## EXERCISE BRIEF
Please return the lines below verbatim, beginning at the one that has "f 553 238 239" and stopping after the one that has "f 608 607 87", and add no other lines.

# # # #

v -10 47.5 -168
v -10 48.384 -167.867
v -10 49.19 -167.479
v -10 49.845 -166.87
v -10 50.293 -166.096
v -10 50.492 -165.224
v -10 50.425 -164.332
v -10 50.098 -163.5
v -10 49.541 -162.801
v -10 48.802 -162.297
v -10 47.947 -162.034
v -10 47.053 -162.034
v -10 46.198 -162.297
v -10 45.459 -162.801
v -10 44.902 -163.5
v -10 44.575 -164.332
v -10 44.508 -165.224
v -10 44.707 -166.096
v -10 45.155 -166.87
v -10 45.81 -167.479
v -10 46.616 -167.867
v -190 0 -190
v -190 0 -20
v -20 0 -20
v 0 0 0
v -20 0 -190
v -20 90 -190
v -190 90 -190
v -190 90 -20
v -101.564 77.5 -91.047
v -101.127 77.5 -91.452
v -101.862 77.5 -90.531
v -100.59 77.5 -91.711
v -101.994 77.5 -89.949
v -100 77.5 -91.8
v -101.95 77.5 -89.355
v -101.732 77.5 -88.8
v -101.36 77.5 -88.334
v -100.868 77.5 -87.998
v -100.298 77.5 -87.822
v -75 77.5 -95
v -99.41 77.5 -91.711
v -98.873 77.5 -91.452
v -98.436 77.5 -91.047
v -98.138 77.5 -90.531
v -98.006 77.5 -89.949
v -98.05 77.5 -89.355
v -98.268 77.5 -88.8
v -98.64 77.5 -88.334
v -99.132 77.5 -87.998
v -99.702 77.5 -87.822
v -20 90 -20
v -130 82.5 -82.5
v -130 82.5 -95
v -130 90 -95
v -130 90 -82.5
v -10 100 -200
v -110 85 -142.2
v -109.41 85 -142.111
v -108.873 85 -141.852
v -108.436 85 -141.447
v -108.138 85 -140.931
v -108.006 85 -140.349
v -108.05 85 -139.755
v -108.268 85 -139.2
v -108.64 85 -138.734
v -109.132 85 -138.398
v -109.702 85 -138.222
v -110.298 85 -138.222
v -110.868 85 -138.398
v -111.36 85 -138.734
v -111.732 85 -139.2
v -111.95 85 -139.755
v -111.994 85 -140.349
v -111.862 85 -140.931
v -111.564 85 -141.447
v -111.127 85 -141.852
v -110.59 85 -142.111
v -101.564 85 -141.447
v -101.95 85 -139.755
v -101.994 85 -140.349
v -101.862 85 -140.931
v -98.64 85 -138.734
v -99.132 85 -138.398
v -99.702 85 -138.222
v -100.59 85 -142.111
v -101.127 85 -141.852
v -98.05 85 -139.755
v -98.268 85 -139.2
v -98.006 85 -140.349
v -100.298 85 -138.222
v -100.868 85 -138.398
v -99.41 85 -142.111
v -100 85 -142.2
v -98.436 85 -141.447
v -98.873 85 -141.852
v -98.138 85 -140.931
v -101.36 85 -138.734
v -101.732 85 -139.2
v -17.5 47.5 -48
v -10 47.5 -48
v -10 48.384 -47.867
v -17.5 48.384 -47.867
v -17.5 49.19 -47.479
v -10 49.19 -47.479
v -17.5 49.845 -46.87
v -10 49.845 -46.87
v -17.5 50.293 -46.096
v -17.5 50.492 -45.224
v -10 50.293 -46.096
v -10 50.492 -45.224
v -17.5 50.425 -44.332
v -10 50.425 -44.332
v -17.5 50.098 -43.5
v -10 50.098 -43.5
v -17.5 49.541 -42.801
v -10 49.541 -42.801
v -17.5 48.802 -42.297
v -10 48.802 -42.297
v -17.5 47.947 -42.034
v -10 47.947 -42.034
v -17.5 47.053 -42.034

# # # #

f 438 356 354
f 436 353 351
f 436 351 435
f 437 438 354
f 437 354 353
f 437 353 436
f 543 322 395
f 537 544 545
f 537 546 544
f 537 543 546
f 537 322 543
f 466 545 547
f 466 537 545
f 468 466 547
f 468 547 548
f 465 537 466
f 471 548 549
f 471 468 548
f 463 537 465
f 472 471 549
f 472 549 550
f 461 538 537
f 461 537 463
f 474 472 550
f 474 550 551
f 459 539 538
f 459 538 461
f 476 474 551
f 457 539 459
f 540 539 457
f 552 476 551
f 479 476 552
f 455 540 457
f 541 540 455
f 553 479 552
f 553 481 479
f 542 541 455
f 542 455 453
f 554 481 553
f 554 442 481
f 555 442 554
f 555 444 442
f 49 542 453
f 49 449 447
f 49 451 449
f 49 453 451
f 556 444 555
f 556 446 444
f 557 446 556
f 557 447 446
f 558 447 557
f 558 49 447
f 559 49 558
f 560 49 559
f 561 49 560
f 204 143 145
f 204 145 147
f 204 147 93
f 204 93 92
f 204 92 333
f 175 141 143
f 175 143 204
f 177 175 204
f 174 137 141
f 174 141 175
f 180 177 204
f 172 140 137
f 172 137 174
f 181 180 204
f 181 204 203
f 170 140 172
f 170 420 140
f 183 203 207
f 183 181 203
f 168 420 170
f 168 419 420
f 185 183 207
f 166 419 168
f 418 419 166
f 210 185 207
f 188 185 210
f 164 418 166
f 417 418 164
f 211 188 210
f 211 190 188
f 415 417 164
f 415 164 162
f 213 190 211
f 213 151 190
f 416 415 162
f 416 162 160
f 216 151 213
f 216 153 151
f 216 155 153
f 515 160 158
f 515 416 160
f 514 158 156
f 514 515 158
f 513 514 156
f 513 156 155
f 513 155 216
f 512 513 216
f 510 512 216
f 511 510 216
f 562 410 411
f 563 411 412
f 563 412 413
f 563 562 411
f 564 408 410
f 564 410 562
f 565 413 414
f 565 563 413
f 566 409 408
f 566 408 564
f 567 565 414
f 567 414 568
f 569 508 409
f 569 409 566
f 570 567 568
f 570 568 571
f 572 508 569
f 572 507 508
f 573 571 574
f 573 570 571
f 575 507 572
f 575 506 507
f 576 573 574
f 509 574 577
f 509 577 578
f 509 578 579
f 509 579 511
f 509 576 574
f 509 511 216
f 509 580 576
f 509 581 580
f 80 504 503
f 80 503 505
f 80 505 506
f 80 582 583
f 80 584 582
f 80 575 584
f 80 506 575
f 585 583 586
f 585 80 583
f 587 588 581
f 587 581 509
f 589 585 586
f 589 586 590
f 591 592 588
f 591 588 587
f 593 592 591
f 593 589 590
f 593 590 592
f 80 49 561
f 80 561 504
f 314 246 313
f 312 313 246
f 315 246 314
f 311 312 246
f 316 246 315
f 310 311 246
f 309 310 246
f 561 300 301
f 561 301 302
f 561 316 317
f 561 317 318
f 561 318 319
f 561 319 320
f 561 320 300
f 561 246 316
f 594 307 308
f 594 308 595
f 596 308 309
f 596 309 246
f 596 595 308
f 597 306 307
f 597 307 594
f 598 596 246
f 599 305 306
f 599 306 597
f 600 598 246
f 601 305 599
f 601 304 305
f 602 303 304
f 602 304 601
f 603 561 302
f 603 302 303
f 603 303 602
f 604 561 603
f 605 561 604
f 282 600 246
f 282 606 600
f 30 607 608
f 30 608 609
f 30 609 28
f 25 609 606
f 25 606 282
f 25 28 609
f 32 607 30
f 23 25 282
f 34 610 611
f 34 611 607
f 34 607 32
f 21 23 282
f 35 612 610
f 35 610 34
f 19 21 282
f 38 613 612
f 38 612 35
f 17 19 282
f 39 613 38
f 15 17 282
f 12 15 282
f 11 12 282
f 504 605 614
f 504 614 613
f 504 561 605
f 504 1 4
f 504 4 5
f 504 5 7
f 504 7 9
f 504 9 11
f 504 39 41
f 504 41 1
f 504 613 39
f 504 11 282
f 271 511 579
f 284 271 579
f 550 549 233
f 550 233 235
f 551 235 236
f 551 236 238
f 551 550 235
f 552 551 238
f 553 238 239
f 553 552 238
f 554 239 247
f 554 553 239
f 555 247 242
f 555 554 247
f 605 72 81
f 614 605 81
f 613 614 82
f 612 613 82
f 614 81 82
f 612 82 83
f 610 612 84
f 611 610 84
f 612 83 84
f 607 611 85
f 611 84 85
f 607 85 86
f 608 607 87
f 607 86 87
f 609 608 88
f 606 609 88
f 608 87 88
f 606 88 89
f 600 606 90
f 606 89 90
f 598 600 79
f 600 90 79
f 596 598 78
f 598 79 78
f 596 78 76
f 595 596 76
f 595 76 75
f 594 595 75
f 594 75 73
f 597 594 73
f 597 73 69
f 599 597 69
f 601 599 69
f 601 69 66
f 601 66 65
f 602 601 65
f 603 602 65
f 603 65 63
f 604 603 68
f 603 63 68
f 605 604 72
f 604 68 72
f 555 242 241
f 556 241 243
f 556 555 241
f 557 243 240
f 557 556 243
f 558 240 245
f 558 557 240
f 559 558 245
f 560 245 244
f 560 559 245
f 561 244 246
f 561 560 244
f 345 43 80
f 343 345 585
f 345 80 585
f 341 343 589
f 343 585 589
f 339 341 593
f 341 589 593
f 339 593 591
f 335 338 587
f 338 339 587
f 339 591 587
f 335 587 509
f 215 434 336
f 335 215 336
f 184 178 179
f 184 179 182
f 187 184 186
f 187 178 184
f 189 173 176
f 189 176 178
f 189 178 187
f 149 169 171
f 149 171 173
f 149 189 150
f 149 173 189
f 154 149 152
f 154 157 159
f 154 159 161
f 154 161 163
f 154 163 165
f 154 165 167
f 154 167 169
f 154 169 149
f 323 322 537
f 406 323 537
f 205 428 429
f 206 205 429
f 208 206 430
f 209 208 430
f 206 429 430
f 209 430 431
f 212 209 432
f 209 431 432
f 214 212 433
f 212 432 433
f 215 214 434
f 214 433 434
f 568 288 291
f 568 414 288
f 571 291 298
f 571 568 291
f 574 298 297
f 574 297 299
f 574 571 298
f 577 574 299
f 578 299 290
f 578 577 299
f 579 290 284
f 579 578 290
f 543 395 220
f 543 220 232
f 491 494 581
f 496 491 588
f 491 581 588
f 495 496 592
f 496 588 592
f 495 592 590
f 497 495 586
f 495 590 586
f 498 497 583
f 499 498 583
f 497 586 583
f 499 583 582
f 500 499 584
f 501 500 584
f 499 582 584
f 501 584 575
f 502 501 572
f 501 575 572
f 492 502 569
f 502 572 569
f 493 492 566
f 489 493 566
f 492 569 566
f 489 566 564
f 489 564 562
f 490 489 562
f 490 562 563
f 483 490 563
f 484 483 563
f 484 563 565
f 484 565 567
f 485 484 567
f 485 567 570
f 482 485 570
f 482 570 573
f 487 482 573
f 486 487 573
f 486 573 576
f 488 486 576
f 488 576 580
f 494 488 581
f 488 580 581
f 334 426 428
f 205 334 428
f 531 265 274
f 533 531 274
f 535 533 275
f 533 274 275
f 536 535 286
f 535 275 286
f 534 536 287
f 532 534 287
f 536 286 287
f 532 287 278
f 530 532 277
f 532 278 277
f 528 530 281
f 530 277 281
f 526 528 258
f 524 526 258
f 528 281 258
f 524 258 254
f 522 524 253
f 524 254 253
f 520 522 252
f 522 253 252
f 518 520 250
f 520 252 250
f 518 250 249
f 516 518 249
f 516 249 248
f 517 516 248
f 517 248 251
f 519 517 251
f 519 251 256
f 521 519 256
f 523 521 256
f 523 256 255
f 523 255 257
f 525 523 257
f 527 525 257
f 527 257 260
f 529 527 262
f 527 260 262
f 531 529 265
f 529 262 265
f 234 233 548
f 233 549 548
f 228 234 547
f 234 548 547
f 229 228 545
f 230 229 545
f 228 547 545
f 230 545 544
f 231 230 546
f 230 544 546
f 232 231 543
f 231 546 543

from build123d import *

# # # #

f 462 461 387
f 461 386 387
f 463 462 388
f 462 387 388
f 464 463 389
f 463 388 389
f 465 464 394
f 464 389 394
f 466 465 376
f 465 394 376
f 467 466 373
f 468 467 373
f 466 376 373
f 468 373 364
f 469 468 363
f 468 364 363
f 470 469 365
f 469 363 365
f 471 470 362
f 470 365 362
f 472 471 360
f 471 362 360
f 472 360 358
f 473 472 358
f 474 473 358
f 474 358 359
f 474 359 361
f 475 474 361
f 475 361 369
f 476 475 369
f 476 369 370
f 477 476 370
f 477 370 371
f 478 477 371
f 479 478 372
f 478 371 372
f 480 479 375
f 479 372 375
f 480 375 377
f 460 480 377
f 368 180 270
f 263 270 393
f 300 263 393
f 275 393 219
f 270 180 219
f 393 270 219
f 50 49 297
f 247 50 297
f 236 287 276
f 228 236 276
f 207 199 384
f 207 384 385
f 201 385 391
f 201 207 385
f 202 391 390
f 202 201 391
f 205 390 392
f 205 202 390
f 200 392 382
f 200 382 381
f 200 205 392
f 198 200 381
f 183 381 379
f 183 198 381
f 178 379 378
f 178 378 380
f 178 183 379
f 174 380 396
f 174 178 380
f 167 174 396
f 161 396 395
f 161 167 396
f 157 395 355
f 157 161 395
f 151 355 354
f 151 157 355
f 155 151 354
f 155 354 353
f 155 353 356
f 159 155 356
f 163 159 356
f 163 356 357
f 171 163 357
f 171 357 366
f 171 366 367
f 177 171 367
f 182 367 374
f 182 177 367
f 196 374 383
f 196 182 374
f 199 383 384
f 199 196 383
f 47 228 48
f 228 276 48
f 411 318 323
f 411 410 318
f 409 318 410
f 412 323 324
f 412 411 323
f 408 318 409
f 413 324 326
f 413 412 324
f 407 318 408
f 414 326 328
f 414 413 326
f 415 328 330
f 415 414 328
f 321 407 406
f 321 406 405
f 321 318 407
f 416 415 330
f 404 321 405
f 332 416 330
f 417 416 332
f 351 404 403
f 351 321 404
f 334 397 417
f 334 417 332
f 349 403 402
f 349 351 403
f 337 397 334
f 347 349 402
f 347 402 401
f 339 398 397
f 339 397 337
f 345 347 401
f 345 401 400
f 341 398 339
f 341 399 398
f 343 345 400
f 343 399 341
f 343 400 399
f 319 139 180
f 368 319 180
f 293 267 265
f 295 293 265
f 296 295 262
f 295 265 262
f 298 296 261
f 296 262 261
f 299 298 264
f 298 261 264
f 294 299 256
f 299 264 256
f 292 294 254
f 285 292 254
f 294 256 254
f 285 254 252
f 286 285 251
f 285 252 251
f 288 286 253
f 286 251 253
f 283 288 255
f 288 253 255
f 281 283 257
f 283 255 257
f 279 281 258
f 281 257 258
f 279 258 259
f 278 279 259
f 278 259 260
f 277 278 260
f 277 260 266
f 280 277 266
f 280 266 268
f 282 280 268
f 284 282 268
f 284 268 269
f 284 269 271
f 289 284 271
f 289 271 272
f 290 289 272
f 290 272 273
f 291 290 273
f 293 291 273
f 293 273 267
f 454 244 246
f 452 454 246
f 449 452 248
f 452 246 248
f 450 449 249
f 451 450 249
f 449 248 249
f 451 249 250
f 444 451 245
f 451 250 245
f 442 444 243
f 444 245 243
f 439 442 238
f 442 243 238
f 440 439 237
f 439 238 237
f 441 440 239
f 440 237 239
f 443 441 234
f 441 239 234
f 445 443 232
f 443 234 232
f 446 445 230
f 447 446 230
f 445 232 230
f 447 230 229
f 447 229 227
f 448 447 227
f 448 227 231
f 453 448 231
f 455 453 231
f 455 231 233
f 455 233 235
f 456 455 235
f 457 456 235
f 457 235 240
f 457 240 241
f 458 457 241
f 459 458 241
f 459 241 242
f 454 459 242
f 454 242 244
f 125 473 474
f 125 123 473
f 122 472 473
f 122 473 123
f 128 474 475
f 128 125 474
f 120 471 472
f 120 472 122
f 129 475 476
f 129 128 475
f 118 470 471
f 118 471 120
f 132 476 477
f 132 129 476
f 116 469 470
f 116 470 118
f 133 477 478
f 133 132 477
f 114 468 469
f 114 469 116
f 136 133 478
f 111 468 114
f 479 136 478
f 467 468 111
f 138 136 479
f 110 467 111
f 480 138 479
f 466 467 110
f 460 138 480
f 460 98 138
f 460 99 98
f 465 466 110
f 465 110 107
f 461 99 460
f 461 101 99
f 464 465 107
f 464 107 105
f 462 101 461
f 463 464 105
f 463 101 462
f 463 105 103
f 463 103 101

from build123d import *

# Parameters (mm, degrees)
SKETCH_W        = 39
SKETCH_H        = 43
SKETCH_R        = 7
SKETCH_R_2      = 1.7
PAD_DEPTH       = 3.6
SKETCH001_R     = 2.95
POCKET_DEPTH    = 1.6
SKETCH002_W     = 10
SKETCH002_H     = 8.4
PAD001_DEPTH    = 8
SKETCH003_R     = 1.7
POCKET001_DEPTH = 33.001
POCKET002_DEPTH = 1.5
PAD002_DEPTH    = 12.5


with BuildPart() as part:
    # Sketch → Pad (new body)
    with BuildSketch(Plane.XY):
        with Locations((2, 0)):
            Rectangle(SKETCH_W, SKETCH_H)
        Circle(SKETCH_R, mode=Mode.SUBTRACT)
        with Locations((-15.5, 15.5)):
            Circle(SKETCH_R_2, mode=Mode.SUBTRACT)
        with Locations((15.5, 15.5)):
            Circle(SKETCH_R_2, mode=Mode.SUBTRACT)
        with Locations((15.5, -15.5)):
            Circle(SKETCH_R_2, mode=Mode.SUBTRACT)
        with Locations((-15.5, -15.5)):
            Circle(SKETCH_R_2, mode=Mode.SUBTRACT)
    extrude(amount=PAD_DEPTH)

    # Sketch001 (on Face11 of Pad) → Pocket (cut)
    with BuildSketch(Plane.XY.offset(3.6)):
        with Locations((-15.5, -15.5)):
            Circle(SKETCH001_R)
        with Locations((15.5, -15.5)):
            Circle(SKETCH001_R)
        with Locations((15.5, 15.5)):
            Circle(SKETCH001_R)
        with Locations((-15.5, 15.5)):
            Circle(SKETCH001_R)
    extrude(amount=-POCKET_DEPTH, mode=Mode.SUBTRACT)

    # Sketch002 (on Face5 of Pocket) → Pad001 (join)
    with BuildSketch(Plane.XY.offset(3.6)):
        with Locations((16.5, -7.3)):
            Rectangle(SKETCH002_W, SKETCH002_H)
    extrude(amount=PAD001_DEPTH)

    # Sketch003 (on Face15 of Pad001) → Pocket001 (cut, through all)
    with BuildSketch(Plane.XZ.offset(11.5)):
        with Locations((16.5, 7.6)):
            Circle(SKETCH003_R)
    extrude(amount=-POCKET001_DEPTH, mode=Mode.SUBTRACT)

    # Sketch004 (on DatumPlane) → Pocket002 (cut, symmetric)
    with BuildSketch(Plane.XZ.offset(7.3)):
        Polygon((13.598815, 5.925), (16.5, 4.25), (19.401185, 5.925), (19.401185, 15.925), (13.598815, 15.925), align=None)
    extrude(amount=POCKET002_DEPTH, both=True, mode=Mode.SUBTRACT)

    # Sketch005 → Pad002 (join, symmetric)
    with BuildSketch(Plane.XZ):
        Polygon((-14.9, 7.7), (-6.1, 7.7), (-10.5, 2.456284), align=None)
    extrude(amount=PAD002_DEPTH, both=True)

# # # #

## TASK SOLUTION
f 553 238 239
f 553 552 238
f 554 239 247
f 554 553 239
f 555 247 242
f 555 554 247
f 605 72 81
f 614 605 81
f 613 614 82
f 612 613 82
f 614 81 82
f 612 82 83
f 610 612 84
f 611 610 84
f 612 83 84
f 607 611 85
f 611 84 85
f 607 85 86
f 608 607 87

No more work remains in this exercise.